Anónimo ha dicho que…
¿Cuántas entregas serán?
Camilo Jiménez ha dicho que…
La entrevista es bastante extensa, y quiero evitar posts muy largos. Seguirán más o menos de esta extensión, y calculando, faltan al menos cuatro entregas. Espero poder hacerlas diario, para no dilatar mucho esto y continuar con los comentarios sobre libros y el fusilamiento de textos de ficción.

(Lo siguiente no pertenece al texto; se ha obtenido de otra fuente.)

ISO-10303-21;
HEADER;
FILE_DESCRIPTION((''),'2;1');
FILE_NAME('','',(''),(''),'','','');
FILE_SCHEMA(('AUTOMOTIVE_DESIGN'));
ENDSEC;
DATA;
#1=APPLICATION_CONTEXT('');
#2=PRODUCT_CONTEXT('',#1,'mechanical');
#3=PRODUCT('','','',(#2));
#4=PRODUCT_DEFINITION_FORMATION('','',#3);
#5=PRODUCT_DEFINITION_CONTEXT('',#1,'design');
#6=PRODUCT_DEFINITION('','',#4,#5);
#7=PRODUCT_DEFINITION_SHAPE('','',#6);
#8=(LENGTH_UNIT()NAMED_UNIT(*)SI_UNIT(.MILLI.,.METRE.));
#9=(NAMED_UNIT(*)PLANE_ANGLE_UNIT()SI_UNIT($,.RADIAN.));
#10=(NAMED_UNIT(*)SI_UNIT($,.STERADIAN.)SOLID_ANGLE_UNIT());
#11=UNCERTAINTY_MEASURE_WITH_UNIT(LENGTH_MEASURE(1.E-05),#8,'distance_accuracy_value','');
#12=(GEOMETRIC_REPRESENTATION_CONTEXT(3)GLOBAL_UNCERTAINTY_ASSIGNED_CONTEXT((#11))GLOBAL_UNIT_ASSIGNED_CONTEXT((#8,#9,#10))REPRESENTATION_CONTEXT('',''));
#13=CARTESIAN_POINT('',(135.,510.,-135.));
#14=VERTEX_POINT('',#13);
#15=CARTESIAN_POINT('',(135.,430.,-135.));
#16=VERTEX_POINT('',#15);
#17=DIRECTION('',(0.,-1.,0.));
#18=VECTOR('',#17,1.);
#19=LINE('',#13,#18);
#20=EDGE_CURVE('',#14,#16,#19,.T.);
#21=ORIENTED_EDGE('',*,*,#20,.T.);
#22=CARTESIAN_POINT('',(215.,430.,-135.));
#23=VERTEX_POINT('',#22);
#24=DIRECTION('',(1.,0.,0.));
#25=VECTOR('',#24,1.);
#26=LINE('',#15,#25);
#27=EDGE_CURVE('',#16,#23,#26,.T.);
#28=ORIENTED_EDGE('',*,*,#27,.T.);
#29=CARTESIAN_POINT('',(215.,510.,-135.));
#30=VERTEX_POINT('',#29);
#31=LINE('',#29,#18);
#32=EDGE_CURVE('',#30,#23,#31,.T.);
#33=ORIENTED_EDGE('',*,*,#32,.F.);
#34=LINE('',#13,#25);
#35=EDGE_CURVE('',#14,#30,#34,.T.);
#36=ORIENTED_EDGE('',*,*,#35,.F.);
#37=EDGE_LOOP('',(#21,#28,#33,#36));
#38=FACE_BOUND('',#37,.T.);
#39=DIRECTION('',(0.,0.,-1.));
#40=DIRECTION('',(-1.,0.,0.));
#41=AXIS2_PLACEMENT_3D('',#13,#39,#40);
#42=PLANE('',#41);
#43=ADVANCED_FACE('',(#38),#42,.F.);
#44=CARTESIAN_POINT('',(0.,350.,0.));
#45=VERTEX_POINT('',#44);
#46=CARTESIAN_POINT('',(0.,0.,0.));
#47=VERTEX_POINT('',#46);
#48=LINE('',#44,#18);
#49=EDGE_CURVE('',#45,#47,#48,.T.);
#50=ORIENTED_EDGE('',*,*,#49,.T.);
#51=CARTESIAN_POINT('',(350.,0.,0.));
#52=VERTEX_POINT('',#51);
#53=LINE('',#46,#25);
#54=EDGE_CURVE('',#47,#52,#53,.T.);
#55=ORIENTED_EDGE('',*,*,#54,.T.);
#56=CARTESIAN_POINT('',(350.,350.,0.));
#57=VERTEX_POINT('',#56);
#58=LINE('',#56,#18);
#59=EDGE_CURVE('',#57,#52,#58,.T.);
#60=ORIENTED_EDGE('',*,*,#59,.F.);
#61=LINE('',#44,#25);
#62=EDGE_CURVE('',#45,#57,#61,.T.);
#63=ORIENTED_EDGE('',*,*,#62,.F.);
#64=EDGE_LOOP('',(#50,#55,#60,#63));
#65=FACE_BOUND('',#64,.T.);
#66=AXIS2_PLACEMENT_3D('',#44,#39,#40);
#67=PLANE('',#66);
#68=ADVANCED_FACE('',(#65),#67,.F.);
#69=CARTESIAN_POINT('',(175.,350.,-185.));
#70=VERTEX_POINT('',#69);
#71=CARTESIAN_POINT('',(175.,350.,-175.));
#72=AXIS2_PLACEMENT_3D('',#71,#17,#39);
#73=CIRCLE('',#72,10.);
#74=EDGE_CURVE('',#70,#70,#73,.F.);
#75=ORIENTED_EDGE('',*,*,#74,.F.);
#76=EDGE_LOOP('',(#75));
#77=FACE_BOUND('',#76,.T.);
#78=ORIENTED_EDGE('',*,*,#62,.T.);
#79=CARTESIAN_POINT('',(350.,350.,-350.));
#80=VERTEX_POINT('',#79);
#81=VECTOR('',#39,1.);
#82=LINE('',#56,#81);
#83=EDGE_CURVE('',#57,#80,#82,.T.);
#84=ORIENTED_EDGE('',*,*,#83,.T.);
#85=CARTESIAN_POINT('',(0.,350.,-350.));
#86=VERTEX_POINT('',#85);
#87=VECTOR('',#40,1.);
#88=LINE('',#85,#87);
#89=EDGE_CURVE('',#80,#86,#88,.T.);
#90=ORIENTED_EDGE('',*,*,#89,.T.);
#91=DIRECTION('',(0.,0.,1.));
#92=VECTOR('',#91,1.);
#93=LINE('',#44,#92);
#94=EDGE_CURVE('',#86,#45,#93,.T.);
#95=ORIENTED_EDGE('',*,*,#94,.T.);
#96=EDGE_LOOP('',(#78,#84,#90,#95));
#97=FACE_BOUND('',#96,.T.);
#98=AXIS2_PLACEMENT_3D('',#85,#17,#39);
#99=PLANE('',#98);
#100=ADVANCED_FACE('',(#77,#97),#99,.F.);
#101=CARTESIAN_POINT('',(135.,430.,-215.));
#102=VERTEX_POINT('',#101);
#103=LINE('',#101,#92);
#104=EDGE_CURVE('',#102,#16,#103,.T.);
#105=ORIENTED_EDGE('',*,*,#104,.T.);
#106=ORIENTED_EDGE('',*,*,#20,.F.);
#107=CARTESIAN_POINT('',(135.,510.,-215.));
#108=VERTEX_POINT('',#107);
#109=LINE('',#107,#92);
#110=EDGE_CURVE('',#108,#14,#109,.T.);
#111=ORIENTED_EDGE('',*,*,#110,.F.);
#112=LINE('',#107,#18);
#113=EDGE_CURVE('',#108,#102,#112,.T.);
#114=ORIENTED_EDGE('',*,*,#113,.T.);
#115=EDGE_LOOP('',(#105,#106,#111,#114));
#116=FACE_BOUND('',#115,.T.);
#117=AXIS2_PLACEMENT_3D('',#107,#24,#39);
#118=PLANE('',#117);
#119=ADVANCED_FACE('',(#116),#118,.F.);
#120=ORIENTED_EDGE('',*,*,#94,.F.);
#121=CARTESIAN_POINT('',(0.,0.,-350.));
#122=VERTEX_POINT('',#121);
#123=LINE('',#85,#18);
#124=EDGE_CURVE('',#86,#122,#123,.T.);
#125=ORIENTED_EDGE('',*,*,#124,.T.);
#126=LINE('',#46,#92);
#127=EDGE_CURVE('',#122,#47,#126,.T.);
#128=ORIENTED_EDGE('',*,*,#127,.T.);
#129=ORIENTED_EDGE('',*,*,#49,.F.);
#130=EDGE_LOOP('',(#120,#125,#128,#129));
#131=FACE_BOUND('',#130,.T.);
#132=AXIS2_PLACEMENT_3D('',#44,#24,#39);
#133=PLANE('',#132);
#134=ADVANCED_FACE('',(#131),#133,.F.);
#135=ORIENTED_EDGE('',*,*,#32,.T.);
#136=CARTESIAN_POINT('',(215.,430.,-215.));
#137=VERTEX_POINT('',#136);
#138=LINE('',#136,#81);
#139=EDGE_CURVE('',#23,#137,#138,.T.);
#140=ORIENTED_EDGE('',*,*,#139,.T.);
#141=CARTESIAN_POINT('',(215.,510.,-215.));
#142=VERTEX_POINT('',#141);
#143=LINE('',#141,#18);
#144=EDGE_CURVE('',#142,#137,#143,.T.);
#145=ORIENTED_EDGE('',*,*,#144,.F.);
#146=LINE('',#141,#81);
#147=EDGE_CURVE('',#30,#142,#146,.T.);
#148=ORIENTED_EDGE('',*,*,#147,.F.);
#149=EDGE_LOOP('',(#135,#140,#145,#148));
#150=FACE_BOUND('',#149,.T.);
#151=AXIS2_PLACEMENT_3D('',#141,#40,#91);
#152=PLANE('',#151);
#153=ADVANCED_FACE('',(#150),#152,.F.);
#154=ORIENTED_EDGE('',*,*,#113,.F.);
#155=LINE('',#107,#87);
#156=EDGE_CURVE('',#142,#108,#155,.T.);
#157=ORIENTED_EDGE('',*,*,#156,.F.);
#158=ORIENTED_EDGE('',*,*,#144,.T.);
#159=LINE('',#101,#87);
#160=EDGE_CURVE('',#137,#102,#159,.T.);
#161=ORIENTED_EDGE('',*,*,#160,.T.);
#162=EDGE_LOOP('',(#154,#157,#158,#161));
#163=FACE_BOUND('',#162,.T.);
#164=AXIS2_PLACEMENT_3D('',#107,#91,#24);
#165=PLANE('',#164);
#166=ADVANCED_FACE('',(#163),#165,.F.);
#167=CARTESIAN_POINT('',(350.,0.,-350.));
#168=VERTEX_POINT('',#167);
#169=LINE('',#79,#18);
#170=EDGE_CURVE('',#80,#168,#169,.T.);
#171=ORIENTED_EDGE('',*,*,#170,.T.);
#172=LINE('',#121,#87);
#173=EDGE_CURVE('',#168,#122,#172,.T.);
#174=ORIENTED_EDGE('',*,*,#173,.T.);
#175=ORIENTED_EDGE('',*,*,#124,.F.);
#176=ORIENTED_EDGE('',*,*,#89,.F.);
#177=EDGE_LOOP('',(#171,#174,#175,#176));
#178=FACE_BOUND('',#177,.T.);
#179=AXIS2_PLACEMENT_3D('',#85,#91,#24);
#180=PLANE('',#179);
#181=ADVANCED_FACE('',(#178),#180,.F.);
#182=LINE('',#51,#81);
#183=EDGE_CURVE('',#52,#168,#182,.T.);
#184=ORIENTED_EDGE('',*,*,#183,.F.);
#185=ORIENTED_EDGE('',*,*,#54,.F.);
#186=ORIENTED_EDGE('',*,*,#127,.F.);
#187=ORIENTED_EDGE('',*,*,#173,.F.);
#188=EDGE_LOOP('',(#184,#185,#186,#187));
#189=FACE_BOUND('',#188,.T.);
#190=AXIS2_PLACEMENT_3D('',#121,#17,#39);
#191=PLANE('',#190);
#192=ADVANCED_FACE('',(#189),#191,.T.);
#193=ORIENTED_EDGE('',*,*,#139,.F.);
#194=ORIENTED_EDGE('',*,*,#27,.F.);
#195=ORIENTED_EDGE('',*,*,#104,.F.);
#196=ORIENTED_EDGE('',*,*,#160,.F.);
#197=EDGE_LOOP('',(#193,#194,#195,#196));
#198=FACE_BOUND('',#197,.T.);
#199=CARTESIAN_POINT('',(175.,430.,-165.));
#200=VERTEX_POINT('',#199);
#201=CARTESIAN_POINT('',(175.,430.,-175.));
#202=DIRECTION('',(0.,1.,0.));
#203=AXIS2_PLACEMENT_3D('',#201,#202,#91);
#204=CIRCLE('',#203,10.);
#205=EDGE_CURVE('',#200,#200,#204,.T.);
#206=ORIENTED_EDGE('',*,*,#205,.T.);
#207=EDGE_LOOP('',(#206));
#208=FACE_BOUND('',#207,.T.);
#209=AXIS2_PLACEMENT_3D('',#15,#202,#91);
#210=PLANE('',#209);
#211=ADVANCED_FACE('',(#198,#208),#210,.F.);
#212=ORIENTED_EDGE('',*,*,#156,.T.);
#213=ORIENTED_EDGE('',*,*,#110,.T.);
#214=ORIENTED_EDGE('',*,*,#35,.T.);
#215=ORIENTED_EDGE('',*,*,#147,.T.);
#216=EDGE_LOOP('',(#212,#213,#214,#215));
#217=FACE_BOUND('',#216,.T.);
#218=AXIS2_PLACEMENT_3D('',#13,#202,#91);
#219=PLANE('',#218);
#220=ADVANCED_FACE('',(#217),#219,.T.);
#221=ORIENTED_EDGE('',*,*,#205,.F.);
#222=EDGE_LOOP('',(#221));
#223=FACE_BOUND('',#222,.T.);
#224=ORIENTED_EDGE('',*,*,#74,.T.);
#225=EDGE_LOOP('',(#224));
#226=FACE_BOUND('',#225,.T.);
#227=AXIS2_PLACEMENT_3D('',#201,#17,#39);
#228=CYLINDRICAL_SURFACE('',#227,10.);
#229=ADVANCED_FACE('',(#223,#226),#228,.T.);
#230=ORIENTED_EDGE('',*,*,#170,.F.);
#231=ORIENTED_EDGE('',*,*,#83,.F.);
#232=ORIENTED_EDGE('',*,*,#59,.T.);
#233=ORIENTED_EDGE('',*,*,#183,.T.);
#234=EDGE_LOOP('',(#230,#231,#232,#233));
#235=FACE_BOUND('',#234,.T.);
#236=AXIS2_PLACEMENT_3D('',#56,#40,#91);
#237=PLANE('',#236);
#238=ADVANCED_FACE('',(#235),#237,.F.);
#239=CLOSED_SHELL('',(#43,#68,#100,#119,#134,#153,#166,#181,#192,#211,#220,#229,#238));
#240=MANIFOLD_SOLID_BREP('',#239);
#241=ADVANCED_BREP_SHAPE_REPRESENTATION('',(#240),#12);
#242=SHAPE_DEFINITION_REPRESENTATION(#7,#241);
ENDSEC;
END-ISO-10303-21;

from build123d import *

# Parameters (mm, degrees)
ESQUISSE1_W      = 350
ESQUISSE1_H      = 350
EXTRUSION1_DEPTH = 350
ESQUISSE2_R      = 10
EXTRUSION2_DEPTH = 80
ESQUISSE3_W      = 80
ESQUISSE3_H      = 80
EXTRUSION3_DEPTH = 80


with BuildPart() as part:
    # Esquisse1 → Extrusion1 (new body)
    with BuildSketch(Plane(origin=(0, 0, 0), x_dir=(1, 0, 0), z_dir=(0, 1, 0))):
        with Locations((175, 175)):
            Rectangle(ESQUISSE1_W, ESQUISSE1_H)
    extrude(amount=EXTRUSION1_DEPTH)

    # Esquisse2 → Extrusion2 (add)
    with BuildSketch(Plane(origin=(0, 350, 0), x_dir=(1, 0, 0), z_dir=(0, 1, 0))):
        with Locations((175, 175)):
            Circle(ESQUISSE2_R)
    extrude(amount=EXTRUSION2_DEPTH)

    # Esquisse3 → Extrusion3 (add)
    with BuildSketch(Plane(origin=(0, 430, 0), x_dir=(1, 0, 0), z_dir=(0, 1, 0))):
        with Locations((175, 175)):
            Rectangle(ESQUISSE3_W, ESQUISSE3_H)
    extrude(amount=EXTRUSION3_DEPTH)


solid = part.part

Pero creo que la empresa vale la pena: poner ahí, al alcance de cualquiera, este ejemplo de entrevista en pronfundidad y claridad —o al menos sinceridad— en el oficio de escritor. Qué pereza las entrevistas que hacen periodistas que no hacen la tarea, y rellenan espacio con esos vagos "Y usted qué opina de...".
Anónimo ha dicho que…
Uy, no señor estas no son entregas: son como golpes que viene a aporrear la puerta. Menos mal no me han cogido en pijama.

Saludos.
P.D. ¿has mirado la programación de Bogotá 39? Me estoy preguntando por qué no está aquí Mario Bellatin. De todas maneras (rosas, claro) estoy bien contento con la tremenda metida de hombro que han hecho por el libro, la lectura, los escritores este año....
Anónimo ha dicho que…
El ritmo está muy bien. Linda la entrevista, además. Hemingway era muy divertido y Plimpton sabía preguntar. Aunque se nota que padeció esta.